I can reassure you that there will be no changes for the 2006 fall hunting 
season, so please plan your trip with that in mind. What the future holds 
after this fall has yet to be determined.


----------



## nodakoutdoors.com (Feb 27, 2002)

They try to push that every year from what I'm told.

The more slob hunters dumping birds up there the closer to reality it'll come.


----------



## C BROWNDUCK (Oct 11, 2003)

i sure hope it never happens, we love going to sask. its amazing how many farmers will let you hunt up there but dont want to have anything to do with an outfitter. one of the best duck ponds we ever stumbled onto was owned by a farmer who wouldnt let outfitters hunt his land, and you could sure tell it, i bet 5 trucks drove by screaming, "were calling the warden on you"....hahhaha, turns out, the game warden was the farmers brother and he already had been notified that he had gave us permission...hahaha :lol:


----------



## Field Hunter (Mar 4, 2002)

The last time I was up there, 3 years ago the local conservation officer came out to check our take for the morning and was really quite suprised not to find one violation....he said it was becoming the norm to find at least one or two violations on every check.
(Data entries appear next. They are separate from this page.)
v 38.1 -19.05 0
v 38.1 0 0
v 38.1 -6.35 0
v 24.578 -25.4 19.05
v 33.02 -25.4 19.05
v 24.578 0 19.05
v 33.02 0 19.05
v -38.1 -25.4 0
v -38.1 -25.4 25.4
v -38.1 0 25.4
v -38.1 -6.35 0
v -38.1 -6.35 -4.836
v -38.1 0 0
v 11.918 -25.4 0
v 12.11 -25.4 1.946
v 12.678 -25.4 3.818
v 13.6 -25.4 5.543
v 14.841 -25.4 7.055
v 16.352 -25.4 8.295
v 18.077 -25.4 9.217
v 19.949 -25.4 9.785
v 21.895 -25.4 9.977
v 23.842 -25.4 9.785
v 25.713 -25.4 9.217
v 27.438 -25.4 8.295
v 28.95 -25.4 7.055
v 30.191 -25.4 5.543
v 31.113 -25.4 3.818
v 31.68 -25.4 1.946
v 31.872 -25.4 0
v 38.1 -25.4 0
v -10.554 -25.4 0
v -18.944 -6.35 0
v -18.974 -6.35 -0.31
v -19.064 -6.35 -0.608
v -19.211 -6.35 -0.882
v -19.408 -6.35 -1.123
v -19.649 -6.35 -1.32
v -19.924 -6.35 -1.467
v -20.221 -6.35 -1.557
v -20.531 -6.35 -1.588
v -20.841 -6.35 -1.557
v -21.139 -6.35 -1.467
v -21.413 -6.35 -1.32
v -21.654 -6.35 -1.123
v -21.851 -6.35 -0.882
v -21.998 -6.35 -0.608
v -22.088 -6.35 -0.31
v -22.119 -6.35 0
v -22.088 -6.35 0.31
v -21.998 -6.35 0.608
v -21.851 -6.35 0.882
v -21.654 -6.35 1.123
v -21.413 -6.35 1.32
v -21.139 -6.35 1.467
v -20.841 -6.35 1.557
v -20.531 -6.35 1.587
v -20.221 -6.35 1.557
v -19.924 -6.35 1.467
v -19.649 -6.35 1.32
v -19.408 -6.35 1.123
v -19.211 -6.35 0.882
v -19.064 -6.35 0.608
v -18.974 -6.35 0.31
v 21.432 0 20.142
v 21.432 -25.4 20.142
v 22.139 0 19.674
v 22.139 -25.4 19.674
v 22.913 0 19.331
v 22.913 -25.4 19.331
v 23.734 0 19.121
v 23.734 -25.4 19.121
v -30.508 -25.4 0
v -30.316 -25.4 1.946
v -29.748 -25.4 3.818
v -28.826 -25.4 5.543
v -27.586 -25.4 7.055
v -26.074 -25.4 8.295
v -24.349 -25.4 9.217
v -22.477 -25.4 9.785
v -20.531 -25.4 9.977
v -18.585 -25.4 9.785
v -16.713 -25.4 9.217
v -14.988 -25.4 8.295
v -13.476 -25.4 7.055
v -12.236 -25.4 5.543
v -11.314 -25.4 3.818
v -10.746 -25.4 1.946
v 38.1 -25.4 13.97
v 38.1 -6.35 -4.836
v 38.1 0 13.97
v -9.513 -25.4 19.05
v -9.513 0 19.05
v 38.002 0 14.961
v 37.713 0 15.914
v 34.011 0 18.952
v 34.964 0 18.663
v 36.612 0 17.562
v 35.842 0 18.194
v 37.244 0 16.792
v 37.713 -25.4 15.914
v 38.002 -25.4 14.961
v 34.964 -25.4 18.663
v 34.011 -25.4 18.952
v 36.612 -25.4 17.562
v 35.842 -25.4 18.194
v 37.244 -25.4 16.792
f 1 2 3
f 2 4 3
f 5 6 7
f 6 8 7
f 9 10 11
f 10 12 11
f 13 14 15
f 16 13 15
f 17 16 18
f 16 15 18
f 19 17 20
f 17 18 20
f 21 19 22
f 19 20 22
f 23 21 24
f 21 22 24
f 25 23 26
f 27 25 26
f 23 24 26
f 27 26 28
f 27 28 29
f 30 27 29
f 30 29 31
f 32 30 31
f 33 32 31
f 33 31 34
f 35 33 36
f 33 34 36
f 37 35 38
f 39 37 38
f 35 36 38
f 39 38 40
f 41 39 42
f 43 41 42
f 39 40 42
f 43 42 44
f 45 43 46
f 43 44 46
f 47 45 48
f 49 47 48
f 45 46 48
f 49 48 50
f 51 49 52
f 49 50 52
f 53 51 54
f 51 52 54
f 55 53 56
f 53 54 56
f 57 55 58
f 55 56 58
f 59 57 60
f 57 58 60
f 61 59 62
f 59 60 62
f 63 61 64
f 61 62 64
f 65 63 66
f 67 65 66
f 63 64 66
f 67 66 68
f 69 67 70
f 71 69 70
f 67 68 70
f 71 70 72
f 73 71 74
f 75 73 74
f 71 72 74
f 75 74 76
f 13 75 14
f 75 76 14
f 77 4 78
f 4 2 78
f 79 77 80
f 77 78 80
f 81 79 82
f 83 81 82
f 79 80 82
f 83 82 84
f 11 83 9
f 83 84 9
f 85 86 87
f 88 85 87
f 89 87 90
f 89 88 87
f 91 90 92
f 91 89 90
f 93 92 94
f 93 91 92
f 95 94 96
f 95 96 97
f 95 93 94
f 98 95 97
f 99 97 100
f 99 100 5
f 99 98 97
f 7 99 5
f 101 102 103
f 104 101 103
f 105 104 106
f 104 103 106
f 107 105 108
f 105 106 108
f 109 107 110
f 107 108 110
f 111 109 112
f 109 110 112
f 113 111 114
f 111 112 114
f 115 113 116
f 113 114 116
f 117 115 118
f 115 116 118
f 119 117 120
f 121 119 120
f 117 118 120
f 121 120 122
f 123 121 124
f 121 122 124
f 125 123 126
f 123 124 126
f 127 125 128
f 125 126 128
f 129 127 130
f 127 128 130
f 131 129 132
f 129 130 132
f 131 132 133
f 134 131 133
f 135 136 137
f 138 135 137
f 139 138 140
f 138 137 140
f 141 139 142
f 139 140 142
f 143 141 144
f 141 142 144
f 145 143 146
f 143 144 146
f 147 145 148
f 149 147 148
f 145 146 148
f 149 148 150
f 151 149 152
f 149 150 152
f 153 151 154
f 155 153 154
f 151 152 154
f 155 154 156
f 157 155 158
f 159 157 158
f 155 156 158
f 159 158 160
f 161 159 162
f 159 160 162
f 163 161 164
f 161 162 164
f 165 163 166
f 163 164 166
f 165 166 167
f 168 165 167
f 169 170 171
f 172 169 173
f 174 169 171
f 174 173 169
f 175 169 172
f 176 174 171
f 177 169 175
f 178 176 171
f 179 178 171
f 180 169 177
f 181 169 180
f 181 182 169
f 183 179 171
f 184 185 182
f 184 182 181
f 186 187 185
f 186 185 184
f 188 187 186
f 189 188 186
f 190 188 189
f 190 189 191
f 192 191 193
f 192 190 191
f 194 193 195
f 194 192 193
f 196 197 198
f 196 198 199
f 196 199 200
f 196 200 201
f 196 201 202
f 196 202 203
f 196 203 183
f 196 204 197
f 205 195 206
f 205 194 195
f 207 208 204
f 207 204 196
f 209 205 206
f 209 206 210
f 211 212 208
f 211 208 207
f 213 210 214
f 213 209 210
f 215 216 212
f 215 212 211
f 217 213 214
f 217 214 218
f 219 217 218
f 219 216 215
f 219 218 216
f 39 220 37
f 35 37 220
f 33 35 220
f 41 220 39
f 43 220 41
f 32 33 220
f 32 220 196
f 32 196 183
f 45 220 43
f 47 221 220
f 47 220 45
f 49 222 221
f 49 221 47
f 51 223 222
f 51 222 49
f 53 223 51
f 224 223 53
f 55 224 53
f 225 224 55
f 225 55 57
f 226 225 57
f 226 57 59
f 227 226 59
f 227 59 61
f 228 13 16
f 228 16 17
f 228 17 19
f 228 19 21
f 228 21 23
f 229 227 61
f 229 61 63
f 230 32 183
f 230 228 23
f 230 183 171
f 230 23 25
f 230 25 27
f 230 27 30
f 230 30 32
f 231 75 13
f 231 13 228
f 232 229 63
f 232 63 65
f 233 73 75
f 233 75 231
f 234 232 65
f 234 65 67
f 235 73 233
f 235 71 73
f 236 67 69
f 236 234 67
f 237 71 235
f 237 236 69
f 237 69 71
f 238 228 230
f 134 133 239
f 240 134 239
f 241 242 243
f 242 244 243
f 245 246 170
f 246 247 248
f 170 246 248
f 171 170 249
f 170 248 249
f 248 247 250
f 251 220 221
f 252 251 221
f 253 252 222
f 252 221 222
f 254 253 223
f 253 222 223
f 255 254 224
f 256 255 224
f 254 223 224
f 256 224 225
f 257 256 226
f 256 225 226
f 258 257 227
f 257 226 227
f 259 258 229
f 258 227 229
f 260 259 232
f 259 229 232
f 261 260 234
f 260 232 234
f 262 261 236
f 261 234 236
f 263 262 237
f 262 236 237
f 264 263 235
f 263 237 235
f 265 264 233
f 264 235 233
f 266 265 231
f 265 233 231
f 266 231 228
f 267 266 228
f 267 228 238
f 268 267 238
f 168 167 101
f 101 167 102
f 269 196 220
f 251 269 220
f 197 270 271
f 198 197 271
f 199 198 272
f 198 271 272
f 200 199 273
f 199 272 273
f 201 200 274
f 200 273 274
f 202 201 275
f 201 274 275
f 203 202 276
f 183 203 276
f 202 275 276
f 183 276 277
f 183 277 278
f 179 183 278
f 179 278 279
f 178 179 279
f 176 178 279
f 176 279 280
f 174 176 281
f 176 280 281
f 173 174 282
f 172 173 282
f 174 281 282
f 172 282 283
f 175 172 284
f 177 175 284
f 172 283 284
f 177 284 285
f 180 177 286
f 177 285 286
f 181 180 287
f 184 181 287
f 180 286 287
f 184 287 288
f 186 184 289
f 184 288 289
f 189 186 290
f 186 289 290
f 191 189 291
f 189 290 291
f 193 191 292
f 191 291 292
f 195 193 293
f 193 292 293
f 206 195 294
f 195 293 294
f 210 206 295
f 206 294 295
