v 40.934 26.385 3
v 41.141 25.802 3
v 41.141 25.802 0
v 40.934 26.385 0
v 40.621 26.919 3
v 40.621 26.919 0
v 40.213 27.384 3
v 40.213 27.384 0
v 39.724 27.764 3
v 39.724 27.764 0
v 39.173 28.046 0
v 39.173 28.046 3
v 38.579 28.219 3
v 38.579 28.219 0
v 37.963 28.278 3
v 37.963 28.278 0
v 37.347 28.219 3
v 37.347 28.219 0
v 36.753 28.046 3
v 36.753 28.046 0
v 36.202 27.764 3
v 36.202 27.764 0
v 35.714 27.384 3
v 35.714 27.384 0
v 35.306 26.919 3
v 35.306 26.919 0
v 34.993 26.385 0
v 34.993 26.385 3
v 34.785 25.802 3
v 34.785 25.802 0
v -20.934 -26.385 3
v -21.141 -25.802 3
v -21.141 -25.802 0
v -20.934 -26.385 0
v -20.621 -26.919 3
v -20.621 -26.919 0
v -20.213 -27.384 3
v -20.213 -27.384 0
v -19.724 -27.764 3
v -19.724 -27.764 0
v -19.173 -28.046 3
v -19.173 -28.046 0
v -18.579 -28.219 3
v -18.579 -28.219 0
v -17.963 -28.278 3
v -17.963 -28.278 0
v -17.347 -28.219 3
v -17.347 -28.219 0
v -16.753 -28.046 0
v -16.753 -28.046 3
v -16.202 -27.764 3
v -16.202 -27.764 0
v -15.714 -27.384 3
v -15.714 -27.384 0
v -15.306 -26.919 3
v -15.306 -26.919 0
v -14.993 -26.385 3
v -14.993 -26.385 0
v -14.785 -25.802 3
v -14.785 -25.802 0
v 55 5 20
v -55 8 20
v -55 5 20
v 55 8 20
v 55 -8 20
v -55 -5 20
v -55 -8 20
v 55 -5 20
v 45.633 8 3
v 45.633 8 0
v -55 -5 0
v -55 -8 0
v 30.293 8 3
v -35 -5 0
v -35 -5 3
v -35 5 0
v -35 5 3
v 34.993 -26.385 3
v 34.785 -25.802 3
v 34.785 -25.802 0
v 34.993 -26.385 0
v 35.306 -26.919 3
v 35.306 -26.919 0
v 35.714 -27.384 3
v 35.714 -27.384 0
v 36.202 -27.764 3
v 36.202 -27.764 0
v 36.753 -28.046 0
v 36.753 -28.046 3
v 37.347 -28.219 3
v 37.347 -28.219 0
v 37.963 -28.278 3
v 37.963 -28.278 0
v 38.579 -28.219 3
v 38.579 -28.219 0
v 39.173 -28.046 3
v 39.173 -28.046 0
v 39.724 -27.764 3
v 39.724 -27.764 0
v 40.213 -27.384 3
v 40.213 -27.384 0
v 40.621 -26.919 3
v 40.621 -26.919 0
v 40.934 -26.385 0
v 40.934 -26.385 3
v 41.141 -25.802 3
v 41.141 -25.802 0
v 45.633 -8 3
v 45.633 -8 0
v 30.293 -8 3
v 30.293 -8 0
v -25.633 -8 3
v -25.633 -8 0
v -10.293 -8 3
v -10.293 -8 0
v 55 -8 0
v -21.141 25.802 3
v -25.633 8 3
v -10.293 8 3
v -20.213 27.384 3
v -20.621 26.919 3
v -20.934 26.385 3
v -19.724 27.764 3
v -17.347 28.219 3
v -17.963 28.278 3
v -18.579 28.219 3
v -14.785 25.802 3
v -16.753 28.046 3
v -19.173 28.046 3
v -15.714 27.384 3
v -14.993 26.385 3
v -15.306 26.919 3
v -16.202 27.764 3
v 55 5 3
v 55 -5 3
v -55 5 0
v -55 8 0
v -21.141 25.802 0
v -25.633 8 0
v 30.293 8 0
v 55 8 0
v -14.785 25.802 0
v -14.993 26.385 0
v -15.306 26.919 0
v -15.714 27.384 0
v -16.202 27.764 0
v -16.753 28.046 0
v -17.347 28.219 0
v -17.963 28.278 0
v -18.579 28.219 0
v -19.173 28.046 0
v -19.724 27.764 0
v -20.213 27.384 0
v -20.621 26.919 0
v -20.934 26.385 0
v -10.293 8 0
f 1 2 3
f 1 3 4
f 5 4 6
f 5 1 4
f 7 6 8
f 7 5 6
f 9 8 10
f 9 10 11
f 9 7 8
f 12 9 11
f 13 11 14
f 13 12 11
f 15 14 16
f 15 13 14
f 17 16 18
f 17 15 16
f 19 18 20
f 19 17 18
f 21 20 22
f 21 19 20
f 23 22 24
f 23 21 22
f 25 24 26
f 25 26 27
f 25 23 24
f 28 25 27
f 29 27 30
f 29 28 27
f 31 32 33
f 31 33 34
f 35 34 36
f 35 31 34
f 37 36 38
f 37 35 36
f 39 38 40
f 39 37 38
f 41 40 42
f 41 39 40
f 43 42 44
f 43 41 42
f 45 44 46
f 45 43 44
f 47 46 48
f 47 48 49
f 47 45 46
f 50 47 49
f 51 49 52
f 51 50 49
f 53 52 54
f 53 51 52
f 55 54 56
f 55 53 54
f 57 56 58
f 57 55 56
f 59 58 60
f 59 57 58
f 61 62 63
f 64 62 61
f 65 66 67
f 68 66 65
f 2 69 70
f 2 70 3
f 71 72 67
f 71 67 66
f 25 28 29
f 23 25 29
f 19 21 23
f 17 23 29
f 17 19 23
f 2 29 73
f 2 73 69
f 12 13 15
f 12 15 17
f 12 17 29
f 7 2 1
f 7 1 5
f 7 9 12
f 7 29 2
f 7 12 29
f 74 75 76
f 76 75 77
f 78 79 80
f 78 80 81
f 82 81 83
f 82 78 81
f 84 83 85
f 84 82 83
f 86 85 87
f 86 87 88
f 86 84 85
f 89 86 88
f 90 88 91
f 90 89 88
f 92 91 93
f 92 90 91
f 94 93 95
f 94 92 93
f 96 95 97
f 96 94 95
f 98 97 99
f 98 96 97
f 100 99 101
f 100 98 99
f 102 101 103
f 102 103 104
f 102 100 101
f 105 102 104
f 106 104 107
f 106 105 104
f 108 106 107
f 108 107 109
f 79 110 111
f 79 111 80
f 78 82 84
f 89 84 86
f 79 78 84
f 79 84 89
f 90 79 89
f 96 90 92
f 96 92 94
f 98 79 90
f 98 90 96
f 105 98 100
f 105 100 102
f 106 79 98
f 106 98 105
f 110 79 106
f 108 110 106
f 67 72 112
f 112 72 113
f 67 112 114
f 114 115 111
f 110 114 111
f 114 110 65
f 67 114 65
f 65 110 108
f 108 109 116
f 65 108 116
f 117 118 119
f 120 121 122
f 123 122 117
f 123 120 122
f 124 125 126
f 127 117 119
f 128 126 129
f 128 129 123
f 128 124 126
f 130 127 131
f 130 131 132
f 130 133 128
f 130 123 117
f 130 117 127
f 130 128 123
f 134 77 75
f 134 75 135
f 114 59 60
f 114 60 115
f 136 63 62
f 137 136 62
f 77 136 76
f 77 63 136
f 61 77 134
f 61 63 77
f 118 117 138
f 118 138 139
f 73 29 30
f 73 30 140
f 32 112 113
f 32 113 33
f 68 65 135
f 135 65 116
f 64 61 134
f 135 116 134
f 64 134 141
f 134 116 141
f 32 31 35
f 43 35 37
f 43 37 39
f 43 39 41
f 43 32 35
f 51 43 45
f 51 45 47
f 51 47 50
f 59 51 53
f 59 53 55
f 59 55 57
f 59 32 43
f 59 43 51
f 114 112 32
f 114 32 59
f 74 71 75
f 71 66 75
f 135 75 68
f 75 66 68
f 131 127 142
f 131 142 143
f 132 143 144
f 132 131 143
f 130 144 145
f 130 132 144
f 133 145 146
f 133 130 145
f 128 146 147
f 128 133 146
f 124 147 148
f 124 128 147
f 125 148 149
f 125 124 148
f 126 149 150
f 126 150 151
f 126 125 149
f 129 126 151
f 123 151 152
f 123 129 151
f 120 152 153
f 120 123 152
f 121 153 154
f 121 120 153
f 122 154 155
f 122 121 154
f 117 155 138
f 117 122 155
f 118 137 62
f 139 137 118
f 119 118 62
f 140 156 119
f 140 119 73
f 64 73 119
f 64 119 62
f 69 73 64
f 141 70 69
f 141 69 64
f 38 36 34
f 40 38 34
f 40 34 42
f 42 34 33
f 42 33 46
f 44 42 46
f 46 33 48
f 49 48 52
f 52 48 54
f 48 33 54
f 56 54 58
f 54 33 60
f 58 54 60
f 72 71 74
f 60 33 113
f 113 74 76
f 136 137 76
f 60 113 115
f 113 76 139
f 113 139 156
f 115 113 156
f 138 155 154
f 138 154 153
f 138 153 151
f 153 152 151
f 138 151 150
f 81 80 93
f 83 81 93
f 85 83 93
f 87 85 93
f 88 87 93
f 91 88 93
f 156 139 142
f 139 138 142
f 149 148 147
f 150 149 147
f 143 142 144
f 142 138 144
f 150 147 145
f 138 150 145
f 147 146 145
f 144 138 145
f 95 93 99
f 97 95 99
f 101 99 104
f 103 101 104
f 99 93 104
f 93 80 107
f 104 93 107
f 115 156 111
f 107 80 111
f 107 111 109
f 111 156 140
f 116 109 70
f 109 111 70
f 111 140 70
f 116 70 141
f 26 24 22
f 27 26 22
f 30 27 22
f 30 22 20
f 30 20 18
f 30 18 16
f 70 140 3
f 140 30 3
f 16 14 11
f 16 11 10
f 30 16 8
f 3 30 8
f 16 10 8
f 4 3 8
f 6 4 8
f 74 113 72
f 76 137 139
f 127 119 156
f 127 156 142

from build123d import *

# Parameters (mm, degrees)
F0_W     = 110
F0_H     = 10
F1_DEPTH = 3
F0_H_2   = 3
F3_DEPTH = 20
F2_W     = 20
F2_H     = 10
F4_DEPTH = 3
F6_DEPTH = 3


with BuildPart() as f1:
    # F0 (on Top) → F1 (new body)
    with BuildSketch(Plane.XY):
        Rectangle(F0_W, F0_H)
    extrude(amount=F1_DEPTH)

    # F0 (on Top) → F3 (join)
    with BuildSketch(Plane.XY):
        with Locations((0, -6.5)):
            Rectangle(F0_W, F0_H_2)
        with Locations((0, 6.5)):
            Rectangle(F0_W, F0_H_2)
    extrude(amount=F3_DEPTH)

    # F2 (on face) → F4 (cut, through all)
    with BuildSketch(Plane.XY.offset(3)):
        with Locations((-45, 0)):
            Rectangle(F2_W, F2_H)
    extrude(amount=-F4_DEPTH, mode=Mode.SUBTRACT)

    # F5 (on face) → F6 (join, through all)
    with BuildSketch(Plane.XY.offset(3)):
        with BuildLine():
            Line((-9.536225, -5), (-26.390179, -5))
            Line((-26.390179, -5), (-21.141226, -25.801912))
            ThreePointArc((-21.141226, -25.801912), (-17.963202, -28.277636), (-14.785178, -25.801912))
            Line((-14.785178, -25.801912), (-9.536225, -5))
        make_face()
        with BuildLine():
            Line((46.390179, -5), (29.536225, -5))
            Line((29.536225, -5), (34.785178, -25.801912))
            ThreePointArc((34.785178, -25.801912), (37.963202, -28.277636), (41.141226, -25.801912))
            Line((41.141226, -25.801912), (46.390179, -5))
        make_face()
        with BuildLine():
            Line((-21.141226, 25.801912), (-26.390179, 5))
            Line((-26.390179, 5), (-9.536225, 5))
            Line((-9.536225, 5), (-14.785178, 25.801912))
            ThreePointArc((-14.785178, 25.801912), (-17.963202, 28.277636), (-21.141226, 25.801912))
        make_face()
        with BuildLine():
            Line((34.785178, 25.801912), (29.536225, 5))
            Line((29.536225, 5), (46.390179, 5))
            Line((46.390179, 5), (41.141226, 25.801912))
            ThreePointArc((41.141226, 25.801912), (37.963202, 28.277636), (34.785178, 25.801912))
        make_face()
    extrude(amount=-F6_DEPTH)


solid = f1.part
If the COs have the opinion that the NRs are causing problems then I'd say it's only a matter of time before they get the guides and outfitters to supervise the visiting sportsmen. I hope it doesn't happen. I hope to return to Canada when my boys are out of college but if we have to pay hundreds of dollars to an outfitter that isn't necessary then I doubt I'd make the trip.


----------



## KEN W (Feb 22, 2002)

Sure hope they survey me.....If that comes about....I am most likely done hunting up there.


----------



## Squeeker (Apr 1, 2004)

It may not be good for NR hunters, but I think this could sure clean up aspects of the "grey" area for what is a guide and what is not in Saskatchewan...
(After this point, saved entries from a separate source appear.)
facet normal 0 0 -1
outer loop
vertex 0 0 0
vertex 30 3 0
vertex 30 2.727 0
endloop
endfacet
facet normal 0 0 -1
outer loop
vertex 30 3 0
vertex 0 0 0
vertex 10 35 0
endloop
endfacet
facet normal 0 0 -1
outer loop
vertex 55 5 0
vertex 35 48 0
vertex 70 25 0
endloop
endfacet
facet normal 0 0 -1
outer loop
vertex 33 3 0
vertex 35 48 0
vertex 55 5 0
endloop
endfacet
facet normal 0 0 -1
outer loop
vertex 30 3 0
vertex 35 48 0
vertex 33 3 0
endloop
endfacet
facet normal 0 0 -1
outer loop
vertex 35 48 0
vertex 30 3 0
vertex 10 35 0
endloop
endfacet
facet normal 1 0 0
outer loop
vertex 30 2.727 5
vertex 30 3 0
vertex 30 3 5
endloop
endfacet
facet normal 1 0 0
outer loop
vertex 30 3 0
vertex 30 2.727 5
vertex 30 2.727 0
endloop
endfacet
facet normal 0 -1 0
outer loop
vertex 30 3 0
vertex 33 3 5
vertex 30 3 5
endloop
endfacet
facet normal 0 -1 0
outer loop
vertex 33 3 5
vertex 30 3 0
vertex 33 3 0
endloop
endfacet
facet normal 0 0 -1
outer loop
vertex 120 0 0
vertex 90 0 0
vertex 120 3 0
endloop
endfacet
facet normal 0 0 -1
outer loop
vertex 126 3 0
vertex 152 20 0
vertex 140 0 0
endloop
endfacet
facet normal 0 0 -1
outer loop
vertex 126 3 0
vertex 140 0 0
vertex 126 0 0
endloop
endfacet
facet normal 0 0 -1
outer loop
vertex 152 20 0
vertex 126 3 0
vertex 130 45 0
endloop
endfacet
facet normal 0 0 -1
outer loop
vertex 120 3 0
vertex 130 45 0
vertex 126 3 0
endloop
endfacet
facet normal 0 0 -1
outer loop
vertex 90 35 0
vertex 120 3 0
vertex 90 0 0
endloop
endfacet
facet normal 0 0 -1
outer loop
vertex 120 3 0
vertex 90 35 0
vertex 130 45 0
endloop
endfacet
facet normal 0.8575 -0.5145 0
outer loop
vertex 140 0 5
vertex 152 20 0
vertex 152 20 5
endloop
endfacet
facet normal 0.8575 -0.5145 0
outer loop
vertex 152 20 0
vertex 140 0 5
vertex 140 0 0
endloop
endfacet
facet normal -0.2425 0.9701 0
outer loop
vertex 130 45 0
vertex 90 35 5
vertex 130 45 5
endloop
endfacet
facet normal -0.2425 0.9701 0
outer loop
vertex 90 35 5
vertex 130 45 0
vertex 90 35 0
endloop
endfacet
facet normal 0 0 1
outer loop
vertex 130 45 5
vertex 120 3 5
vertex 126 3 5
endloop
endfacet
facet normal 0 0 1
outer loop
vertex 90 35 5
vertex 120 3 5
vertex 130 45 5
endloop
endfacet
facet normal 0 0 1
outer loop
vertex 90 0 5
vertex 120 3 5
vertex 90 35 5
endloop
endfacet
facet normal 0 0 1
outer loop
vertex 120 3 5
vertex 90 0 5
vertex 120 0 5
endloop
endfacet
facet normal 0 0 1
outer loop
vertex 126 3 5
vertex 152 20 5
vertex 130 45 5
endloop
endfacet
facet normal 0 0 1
There are plenty of farmers out there that do make $$$ out of hosting hunters, giving them access to their land, and showing them where the birds are. They certainly don't make the big bucks the way the actual guides do, but I at least would still call this a form of guiding.

With this law in place would put the squeeze on farmers to not carry on this way, since it would be illegal for the hunters to even be there without a legitimate guide. If a farmer is hosting hunters, and is NOT a legitimate guide, then the hunters AND the farmer are now breaking the law...Plain and simple.

As a Sask. hunter, I like this idea, but obviously understand how everyone else would not. I did go through a bad year last year with NRs, pretty much clashing heads with them on almost every hunt I was on. Hmm, the idea of almost never butting heads with an NR, even you folks in N. Dakota would be jealous of that one.

For the Sask. farmer though, I would think this would be a terrible thing. The little $$$ they were able to make in a grey area, now all goes to the outfitter. It does go against the idea of a "free wheeling market econonmy" by putting more money in the hands of fewer people, all through legislation. Obviously, local motels, restaurants, etc. would feel the pinch too...

Sask. farmers are in an extremely rough time as it is. Yes, there were large harvests last year, but it is all poor quality and they simply have too much of it. You can drive around the countryside and count the little mountains in the horizon. They are getting next to nothing for it and are having a difficult time getting rid of it.

Definitely mixed feelings on this one...As a hunter, all for it! As someone who pays enough tax as it is, knowing that hurting the tax paying base is bad for everyone, don't like it so much.

Definitely a LOT of economic considerations here...


----------



## SNOWSNBLUES (Oct 23, 2004)

If this happens I'm done up there. I'll just have to go on some other trips and keep the $$ I spend in the States.

I don't think this is so much about freelancers violating (not that that doesn't happen), but I believe this is the guides/outfitters wanting the exclusive rights to more of the profits that are made off the resource.(waterfowl) This isn't about anything but GREED. If this happens it's just another disturbing trend that will all but eliminate hunting for the average guy in the future IMO.

One other thing, in the years I've hunted up there the only violations I've seen commited have been by the outfitters and they're clients. :eyeroll:


----------



## KEN W (Feb 22, 2002)

Same here....the only problems I've seen is G/O not asking permission or going on land even after being told no.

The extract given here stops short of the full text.